Cloud Pak for Data Upgrade Best Practice
Cloud Pak for Data is evolving fast. New features, fix packs are delivered with new versions. And there's also a lifecycle for Cloud Pak for Data. So customer would like to upgrade for getting the new features, enhancements, fix packs or IBM support. Considering the importance of upgrade, we'd like to share the upgrade best practice by summarized the knowledge, experience and lesson learnt from IBM support team.
Must-know about CPD upgrade
As CPD upgrade impacts the production use, it should be placed as critical importance. Cloud Pak for Data upgrade is not only about technical implementation. It's recommended take Cloud Pak for Data upgrade as a project. A project plan should be ready before the upgrade.There are 3 key phrases for the Cloud Pak for Data upgrade including pre-upgrade, upgrade implementation and post-upgrade. And I'll walk through these 3 parts individually in details later. In this article, let's start with the upgrade plan which covers the basics about the 3 key phrases mentioned above.
An upgrade plan matters
The upgrade plan could be divided into 3 parts: pre-upgrade, upgrade implementation and post-upgrade.1. Pre-upgrade
1) Decide the target Cloud Pak for Data and OpenShift versions
Different customers may have different choices or preferences. Some customers always want the latest Cloud Pak for Data version. While others maybe more conservative. Compared to the latest major release, they would like to just upgrade their product to a prior major one which they deem as more stable.

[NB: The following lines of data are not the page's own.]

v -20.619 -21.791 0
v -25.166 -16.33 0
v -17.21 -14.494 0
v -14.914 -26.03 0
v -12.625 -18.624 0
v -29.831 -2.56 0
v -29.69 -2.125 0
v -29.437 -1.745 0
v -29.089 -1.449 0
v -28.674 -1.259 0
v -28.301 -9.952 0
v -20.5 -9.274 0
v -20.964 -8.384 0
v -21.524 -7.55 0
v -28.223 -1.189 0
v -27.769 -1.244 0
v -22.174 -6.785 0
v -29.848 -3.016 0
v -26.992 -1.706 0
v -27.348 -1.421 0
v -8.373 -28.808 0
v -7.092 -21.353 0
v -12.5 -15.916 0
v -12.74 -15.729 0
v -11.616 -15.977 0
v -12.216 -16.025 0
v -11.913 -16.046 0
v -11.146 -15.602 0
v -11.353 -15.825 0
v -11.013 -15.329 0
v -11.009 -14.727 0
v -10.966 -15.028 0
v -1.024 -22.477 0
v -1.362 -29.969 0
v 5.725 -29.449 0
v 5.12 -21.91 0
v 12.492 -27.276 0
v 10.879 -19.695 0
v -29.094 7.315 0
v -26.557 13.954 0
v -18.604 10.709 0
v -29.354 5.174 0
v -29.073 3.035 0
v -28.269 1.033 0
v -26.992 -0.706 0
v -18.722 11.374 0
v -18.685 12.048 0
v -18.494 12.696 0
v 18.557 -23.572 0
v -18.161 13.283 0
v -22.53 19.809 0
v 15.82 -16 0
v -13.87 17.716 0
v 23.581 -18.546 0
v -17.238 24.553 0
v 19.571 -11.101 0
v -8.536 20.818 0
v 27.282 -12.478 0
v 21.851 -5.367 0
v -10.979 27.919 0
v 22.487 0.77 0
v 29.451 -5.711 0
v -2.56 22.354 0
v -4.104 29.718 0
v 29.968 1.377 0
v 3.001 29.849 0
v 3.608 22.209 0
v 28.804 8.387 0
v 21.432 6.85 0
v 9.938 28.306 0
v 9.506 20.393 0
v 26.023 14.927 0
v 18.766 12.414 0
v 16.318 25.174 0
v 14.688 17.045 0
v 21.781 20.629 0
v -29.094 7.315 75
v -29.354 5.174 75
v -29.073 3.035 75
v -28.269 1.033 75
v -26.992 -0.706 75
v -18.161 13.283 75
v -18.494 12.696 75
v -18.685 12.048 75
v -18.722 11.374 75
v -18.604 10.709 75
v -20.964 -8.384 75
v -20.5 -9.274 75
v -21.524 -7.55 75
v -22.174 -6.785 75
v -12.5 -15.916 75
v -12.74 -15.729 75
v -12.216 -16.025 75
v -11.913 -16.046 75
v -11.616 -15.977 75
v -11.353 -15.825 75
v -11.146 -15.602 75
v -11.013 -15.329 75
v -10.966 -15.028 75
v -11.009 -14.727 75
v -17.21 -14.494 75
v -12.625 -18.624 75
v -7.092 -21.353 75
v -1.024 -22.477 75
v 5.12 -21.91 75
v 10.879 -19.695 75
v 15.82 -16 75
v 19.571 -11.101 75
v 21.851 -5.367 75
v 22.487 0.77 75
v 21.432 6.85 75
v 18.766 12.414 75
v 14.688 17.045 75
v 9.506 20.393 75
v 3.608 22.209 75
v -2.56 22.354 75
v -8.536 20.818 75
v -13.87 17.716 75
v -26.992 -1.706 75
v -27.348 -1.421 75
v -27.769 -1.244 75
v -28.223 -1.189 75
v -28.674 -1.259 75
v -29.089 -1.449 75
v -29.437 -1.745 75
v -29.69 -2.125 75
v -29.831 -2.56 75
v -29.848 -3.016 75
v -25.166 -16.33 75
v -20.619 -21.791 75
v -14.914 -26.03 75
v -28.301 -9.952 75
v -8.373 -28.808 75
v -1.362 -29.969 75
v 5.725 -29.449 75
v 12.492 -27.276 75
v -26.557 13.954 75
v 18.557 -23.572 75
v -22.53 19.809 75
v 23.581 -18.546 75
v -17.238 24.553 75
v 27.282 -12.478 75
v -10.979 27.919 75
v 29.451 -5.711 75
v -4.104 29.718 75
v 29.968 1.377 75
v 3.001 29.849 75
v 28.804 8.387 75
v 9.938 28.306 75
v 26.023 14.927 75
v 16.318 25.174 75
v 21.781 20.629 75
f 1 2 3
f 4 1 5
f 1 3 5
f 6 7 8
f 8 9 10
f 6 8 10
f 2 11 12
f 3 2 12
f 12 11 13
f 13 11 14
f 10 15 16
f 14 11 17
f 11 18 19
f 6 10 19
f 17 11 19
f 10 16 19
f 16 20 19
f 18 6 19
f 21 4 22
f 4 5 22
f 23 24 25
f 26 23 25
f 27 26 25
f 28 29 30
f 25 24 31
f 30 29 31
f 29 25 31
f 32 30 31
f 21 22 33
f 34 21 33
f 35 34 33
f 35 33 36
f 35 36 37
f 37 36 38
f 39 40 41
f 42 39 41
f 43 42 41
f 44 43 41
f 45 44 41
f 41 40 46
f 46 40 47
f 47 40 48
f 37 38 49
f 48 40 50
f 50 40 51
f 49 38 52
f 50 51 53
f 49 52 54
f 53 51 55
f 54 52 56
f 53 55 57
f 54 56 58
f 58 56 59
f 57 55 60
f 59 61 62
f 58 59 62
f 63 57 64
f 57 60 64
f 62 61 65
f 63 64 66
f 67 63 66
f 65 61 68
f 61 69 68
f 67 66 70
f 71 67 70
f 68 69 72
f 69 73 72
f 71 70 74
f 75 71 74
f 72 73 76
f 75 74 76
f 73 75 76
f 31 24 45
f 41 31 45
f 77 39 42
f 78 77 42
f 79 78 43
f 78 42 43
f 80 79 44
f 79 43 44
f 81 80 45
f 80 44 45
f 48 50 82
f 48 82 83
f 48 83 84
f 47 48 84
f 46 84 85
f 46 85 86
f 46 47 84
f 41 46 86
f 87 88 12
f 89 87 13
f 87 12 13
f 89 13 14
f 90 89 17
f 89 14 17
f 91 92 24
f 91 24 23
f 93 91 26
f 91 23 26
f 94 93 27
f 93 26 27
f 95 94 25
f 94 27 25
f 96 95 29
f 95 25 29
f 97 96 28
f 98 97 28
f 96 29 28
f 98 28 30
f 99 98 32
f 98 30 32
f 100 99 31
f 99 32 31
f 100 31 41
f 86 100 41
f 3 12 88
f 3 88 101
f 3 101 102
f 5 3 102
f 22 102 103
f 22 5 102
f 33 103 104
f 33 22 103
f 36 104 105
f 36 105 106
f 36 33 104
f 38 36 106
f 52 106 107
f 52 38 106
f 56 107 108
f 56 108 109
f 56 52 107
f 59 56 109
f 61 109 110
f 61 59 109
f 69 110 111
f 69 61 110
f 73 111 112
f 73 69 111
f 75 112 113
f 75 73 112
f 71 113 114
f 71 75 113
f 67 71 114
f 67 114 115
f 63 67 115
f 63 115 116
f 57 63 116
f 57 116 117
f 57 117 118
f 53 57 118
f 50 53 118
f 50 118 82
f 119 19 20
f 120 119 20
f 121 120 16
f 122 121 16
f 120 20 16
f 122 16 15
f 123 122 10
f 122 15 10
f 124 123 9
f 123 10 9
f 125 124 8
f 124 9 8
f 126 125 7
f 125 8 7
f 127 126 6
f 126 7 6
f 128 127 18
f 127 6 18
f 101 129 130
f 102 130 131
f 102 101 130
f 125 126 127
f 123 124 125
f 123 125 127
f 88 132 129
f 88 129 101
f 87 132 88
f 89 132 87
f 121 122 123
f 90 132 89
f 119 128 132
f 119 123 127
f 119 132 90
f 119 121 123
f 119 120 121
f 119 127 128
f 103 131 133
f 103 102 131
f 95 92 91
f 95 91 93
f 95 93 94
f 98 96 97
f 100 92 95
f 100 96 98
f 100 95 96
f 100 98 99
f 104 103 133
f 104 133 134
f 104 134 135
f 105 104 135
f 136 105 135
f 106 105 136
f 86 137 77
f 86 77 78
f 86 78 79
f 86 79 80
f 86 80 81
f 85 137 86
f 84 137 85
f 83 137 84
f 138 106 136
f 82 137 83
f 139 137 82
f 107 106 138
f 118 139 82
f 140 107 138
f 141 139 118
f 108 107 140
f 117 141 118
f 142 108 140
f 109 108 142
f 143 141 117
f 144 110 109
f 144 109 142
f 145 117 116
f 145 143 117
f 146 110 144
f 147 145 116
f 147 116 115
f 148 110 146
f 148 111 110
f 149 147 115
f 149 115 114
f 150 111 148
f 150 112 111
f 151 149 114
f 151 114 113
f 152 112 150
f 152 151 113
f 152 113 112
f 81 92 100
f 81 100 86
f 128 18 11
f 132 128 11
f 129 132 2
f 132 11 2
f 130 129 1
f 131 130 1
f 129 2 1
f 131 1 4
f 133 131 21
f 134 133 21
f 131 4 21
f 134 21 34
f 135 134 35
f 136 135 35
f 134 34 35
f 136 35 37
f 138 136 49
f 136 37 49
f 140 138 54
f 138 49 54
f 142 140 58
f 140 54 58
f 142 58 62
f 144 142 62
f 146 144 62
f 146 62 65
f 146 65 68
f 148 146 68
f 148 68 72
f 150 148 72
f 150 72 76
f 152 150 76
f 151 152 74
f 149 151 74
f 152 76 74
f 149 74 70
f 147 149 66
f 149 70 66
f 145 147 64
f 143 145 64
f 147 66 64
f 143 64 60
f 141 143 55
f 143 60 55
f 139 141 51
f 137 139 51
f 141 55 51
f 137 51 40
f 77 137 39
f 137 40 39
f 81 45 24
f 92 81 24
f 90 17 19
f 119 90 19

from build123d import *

# Parameters (mm, degrees)
PAD_DEPTH = 75


with BuildPart() as part:
    # Sketch → Pad (new body)
    with BuildSketch(Plane.XY):
        with BuildLine():
            ThreePointArc((-29.848016, -3.015947), (29.920505, -2.182515), (-29.094406, 7.315431))
            ThreePointArc((-29.094406, 7.315431), (-29.072912, 3.034578), (-26.991574, -0.706304))
            Line((-26.991574, -0.706304), (-12.739759, -15.728805))
            ThreePointArc((-12.739759, -15.728805), (-11.4789, -15.911046), (-11.008743, -14.727014))
            Line((-11.008743, -14.727014), (-18.604437, 10.709188))
            ThreePointArc((-18.160969, 13.282665), (-18.684551, 12.047942), (-18.604437, 10.709188))
            ThreePointArc((-20.499669, -9.27435), (22.380035, -2.320351), (-18.160969, 13.282665))
            ThreePointArc((-20.499669, -9.27435), (-21.232479, -7.959372), (-22.173804, -6.784601))
            Line((-22.173804, -6.784601), (-26.991574, -1.706304))
            ThreePointArc((-26.991574, -1.706304), (-28.888073, -1.339771), (-29.848016, -3.015947))
        make_face()
    extrude(amount=PAD_DEPTH)


solid = part.part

Once the target Cloud Pak for Data version decided, the OpenShift version and the storage can also be decided accordingly.2) Take backup as part of the upgrade
The purpose of the backup is to ensure the production cluster could be restored in case there's critical upgrade failure. The backup of the cluster is comprised of the Openshift part and the Cloud Pak for Data part.
There are some technical differences between the backup and restore service of CPD 3.5 and that of CPD 4.0. Depending on your Cloud Pak for Data version, you can implement the backup with the backup and restore service accordingly.Note:
The backup supported by CPD 3.5 and 4.0 is still offline backup.3) Evaluate and decide the time windowThere will be service outrage during Cloud Pak for Data upgrade and a time window is required.

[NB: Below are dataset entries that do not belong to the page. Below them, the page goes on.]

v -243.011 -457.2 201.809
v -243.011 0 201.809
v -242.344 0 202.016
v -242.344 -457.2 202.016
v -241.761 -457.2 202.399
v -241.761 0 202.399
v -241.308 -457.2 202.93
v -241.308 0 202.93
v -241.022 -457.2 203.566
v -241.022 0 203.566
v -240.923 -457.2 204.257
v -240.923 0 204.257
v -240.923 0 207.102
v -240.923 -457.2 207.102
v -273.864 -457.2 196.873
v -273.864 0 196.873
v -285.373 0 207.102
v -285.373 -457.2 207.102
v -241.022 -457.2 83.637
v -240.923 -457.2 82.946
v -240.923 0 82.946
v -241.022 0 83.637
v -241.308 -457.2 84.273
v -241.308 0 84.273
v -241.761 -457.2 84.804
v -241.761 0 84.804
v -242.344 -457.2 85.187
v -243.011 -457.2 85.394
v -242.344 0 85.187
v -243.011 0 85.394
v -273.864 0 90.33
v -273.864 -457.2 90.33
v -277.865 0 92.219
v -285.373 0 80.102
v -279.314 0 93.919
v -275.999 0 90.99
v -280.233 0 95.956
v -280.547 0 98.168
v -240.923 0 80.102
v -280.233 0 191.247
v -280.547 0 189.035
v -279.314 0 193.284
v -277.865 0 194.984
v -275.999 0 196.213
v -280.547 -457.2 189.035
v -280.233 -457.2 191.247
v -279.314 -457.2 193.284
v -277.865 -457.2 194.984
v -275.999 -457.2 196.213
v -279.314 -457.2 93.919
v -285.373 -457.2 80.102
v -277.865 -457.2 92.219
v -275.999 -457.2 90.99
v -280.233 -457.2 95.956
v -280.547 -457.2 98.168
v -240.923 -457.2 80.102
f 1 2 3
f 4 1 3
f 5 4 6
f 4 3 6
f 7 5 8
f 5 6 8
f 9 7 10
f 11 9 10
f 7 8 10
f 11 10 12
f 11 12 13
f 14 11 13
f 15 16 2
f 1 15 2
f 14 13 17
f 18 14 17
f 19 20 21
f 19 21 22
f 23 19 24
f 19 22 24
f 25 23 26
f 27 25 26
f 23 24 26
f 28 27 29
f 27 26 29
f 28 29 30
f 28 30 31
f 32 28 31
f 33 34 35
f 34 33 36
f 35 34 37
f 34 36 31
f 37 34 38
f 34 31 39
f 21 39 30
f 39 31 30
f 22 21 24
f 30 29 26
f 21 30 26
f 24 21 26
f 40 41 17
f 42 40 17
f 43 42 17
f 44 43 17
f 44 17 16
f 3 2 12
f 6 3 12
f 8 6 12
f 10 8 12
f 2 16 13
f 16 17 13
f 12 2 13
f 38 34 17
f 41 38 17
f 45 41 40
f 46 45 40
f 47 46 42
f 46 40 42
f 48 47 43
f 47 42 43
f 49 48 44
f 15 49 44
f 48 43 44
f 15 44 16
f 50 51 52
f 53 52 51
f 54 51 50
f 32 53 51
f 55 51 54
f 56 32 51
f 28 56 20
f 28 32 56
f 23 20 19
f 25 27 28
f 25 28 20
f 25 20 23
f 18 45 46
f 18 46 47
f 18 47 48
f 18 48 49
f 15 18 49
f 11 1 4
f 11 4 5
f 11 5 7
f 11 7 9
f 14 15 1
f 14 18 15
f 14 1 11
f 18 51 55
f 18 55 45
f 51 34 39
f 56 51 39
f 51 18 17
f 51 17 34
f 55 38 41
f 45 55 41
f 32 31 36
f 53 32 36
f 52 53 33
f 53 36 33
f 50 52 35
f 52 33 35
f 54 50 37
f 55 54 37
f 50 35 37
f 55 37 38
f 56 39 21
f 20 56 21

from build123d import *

# Parameters (mm, degrees)
F1_DEPTH = 457.2
F0_W     = 25.4
F0_H     = 49.170082
F0_H_2   = 8.8030812
F0_H_3   = 4.7118778
F0_W_2   = 31.496
F0_H_4   = 25.4
F0_W_3   = 6.5532254
F0_H_5   = 4.729226
F0_H_6   = 8.769477
F0_H_7   = 49.202594
F0_W_4   = 31.3436
F0_W_5   = 9.0424
F0_H_8   = 4.724908
F0_H_9   = 8.777859
F0_H_10  = 49.194466
F0_H_11  = 4.9884076
F0_H_12  = 10.7895644
F0_H_13  = 70.044056
F0_W_6   = 35.56
F0_W_7   = 8.1534
F0_H_14  = 90.86723
F0_H_15  = 12.7743204
F0_H_16  = 5.2920646
F0_W_8   = 39.6239238
F0_W_9   = 8.2550254
F0_H_17  = 7.9246984
F0_H_18  = 11.1253016
F0_H_19  = 88.9
F0_H_20  = 11.1252762
F0_H_21  = 7.9247238
F0_H_22  = 7.9249016
F0_H_23  = 12.7
F0_H_24  = 111.1501968
F0_W_10  = 46.8120476
F0_W_11  = 7.9756762
F0_H_25  = 111.1505778
F0_W_12  = 55.5499016
F0_W_13  = 7.8739238
F0_H_26  = 11.0997238
F0_H_27  = 9.525
F0_H_28  = 11.0996984
F0_H_29  = 111.1503746
F0_W_14  = 43.6878222
F0_W_15  = 11.0999016
F0_W_16  = 66.675
F0_W_17  = 8.0264508
F0_H_30  = 14.2746984
F0_H_31  = 98.4505778
F0_H_32  = 14.2747238
F0_W_18  = 80.2641016
F0_W_19  = 8.6358984
F0_H_33  = 20.6247238
F0_H_34  = 6.35
F0_H_35  = 20.6246984


# Not quite as in the source:
# - ends of sketch curves that miss each other by under 0.0002 mm in the source are joined


with BuildPart() as f1:
    # F0 (on Front) → F1 (new body)
    with BuildSketch(Plane.XZ):
        with BuildLine():
            Line((-601.1868342, 387.2012576), (-601.1868342, 311.0012576))
            Line((-601.1868342, 311.0012576), (-565.3728342, 311.0012576))
            Line((-565.3728342, 311.0012576), (-565.3728342, 313.5336122))
            ThreePointArc((-565.3728342, 313.5336122), (-565.9005539947, 314.9657928472), (-567.2313750211, 315.7131515187))
            Line((-567.2313750211, 315.7131515187), (-592.8587584, 319.8135336))
            ThreePointArc((-592.8587584, 319.8135336), (-595.7302015679, 321.4260723396), (-596.8688342, 324.5162166))
            Line((-596.8688342, 324.5162166), (-596.8688342, 373.6862986))
            ThreePointArc((-596.8688342, 373.6862986), (-595.7302015679, 376.7764428604), (-592.8587590083, 378.388985402))
            Line((-592.8587590083, 378.388985402), (-567.2313776, 382.4893798))
            ThreePointArc((-567.2313776, 382.4893798), (-565.9005539947, 383.2367223528), (-565.3728342, 384.668903))
            Line((-565.3728342, 384.668903), (-565.3728342, 387.2012576))
            Line((-565.3728342, 387.2012576), (-601.1868342, 387.2012576))
        make_face()
    extrude(amount=F1_DEPTH)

The time window mostly depends on the services installed on your Cloud Pak for Data cluster. It's recommended discussing with the end-users about the time window and timing about the upgrade as the production use would be impacted. And the end-users should be informed and get prepared for it. And they are supposed to stop the environment runtimes (Jupyter Notebooks, JupyterLab, RStudio, etc) and scheduled jobs before the upgrade. This can help to lower the risk of upgrade.4) Get the required images and libraries ready
It's not only about download but also about the validation of the the images and libraries for the upgrade.
5) Work out the runbook for the upgrade
The runbook may include the upgrade of OpenShift, Storage (e.g. Portworx, ODF) and Cloud Pak for Data. You can work out the runbook following IBM documentation. And it's recommended you validate it in a test cluster.
6) Get the resource and necessary support from customer's IT team
IT team's support should be ready for resolving any infrastructure related issues incurred during the upgrade including Network, Hardware, etc. An urgent contact list is recommended. 7)Sort out the list of technical limitation or know issues for the upgrade
This could be done by checking the IBM documentation about each service to be upgraded. 2. Upgrade implementation
1)Pre-check before the upgrade
Capture the cluster state and make sure the cluster is in healthy status before the upgrade.
2)Implement the upgrade following the runbook prepared in pre-upgrade phrase
Record the commands and the corresponding results during the upgrade. For each service upgrade, make sure it is in healthy status after the upgrade before you proceeding with the upgrade of another service.
Be cautious about the rollback. The rollback during the upgrade from 3.5 to 4.0.X is not supported. Even for the upgrade from 3.0.1 to 3.5, the rollback for some services are not supported, e.g. WML.
Reach out to IBM Support for the help and assistance if needed.
Restore should be the last resort.3. Post-upgrade1)Validation
Capture the cluster state and make sure the cluster is in healthy status. Enable the route and Cronjob suspended in the Pre-upgrade phrase. Some sanity tests from the end-users is also recommended.
For the upgrade to another major version, some migration efforts maybe required. For example, there are version changes of environment runtimes and machine learning framework supported by Cloud Pak for Data for upgrade from CPD 3.5 to 4.0. Because of this, there will be incompatibility issues and the data scientists may have to make some code changes to their notebooks.3)An enablement workshop about the new version for the end-users
There are platform architecture and design changes when upgrading to a new major version. An enablement workshop can get the end-users used to the new version in a shorter time.
In this article, we introduced the overview of Cloud Pak for Data upgrade and the upgrade plan which covers the basics about the phrases pre-upgrade, upgrade implementation and post-upgrade. I'll walk through the tasks involved in these 3 phrases individually in details later in another articles.